Ali Smith non crede nella linearità del tempo. Lo ha raccontato alla Paris Review nel 2017, quando è uscito Autunno, il primo romanzo della sua tetralogia dedicata alle stagioni, e lo dimostra in ognuno dei suoi libri, in cui le storie e i personaggi si intrecciano tra passato e presente, in una sinfonia di voci che rendono le sue opere difficili da dimenticare.

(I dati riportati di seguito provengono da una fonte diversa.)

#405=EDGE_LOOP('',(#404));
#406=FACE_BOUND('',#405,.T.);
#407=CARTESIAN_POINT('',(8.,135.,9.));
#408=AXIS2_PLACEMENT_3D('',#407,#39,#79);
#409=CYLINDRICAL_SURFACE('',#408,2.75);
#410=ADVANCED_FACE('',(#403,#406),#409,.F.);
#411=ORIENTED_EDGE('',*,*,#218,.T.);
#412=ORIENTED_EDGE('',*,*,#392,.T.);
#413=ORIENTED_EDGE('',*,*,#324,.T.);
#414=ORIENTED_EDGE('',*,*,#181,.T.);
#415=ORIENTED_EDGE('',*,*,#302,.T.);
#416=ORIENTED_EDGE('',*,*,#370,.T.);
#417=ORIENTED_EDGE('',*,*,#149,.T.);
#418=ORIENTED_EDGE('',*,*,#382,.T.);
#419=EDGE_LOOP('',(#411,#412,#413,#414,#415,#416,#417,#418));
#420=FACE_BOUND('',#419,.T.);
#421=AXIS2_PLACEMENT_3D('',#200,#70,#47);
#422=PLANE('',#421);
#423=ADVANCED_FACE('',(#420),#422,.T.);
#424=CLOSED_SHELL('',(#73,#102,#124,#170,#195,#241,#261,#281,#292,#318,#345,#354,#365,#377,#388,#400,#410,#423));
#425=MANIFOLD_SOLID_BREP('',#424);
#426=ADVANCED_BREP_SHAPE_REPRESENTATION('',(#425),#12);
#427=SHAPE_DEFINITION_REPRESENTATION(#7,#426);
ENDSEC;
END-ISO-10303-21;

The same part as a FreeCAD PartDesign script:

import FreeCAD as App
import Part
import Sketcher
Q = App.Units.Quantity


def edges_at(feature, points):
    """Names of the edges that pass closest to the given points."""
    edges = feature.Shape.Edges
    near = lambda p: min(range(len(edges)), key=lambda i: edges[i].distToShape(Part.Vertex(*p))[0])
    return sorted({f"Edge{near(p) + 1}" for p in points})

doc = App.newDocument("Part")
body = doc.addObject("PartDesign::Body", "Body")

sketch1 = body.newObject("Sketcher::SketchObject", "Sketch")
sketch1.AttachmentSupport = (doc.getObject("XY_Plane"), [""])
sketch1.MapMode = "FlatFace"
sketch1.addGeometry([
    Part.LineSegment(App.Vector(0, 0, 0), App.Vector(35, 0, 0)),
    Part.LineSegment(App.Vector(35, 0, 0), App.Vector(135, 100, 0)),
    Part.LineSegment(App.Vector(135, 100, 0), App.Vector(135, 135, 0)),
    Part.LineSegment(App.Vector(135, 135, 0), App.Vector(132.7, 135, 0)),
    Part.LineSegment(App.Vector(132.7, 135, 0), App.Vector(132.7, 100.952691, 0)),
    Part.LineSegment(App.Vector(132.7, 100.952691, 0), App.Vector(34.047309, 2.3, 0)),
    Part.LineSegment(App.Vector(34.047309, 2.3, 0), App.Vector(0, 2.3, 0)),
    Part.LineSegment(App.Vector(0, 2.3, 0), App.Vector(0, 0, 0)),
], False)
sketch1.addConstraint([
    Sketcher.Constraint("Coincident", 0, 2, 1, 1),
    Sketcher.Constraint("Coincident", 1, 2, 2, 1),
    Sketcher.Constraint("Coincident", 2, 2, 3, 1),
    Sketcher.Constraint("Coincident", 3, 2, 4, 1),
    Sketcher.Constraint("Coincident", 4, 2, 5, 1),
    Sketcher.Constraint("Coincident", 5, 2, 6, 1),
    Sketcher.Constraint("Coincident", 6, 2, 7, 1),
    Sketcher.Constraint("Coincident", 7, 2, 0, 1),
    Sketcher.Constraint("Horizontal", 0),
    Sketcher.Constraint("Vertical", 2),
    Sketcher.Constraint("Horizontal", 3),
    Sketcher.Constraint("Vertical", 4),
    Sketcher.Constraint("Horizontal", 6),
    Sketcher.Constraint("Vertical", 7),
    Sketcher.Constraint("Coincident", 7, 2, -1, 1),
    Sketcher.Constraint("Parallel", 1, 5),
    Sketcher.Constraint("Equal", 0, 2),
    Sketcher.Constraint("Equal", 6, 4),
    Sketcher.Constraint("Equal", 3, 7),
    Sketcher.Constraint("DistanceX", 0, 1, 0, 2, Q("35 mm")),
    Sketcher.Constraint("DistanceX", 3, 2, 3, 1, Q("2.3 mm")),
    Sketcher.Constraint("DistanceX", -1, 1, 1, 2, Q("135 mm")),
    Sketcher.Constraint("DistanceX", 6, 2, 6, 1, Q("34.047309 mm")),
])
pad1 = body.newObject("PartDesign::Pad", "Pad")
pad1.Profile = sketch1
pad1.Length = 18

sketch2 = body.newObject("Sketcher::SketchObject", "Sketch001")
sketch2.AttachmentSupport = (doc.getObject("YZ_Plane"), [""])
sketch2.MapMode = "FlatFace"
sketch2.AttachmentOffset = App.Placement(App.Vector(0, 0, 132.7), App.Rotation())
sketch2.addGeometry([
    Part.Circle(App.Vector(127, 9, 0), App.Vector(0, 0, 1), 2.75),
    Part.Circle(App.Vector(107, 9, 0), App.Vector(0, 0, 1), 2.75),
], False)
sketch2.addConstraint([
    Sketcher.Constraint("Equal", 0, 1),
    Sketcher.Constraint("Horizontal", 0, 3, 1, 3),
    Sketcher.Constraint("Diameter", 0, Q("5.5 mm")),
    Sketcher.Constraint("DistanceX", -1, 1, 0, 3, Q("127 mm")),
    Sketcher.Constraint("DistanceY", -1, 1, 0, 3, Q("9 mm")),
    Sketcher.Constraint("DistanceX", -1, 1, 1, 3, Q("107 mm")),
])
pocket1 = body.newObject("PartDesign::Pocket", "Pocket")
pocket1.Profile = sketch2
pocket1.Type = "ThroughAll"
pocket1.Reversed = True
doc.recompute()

La scrittrice, nata nel 1962  a Inverness, in Scozia, da padre inglese e madre irlandese, dice di sentirsi a suo agio nelle zone di confine. E infatti i suoi racconti trovano luogo nei margini: in Autunno seguiamo le avventure del novantenne Daniel e della sua vicina Elisabeth, tra ricordi del passato e incontri, in una dimensione onirica in cui la loro amicizia senza tempo continua a prosperare.

inverno Ali Smith

Ora è il momento di Inverno (Sur, traduzione di Federica Aceto), a cui seguono Primavera, edito in inglese ad aprile 2019, ed Estate, in uscita in lingua originale nel 2020.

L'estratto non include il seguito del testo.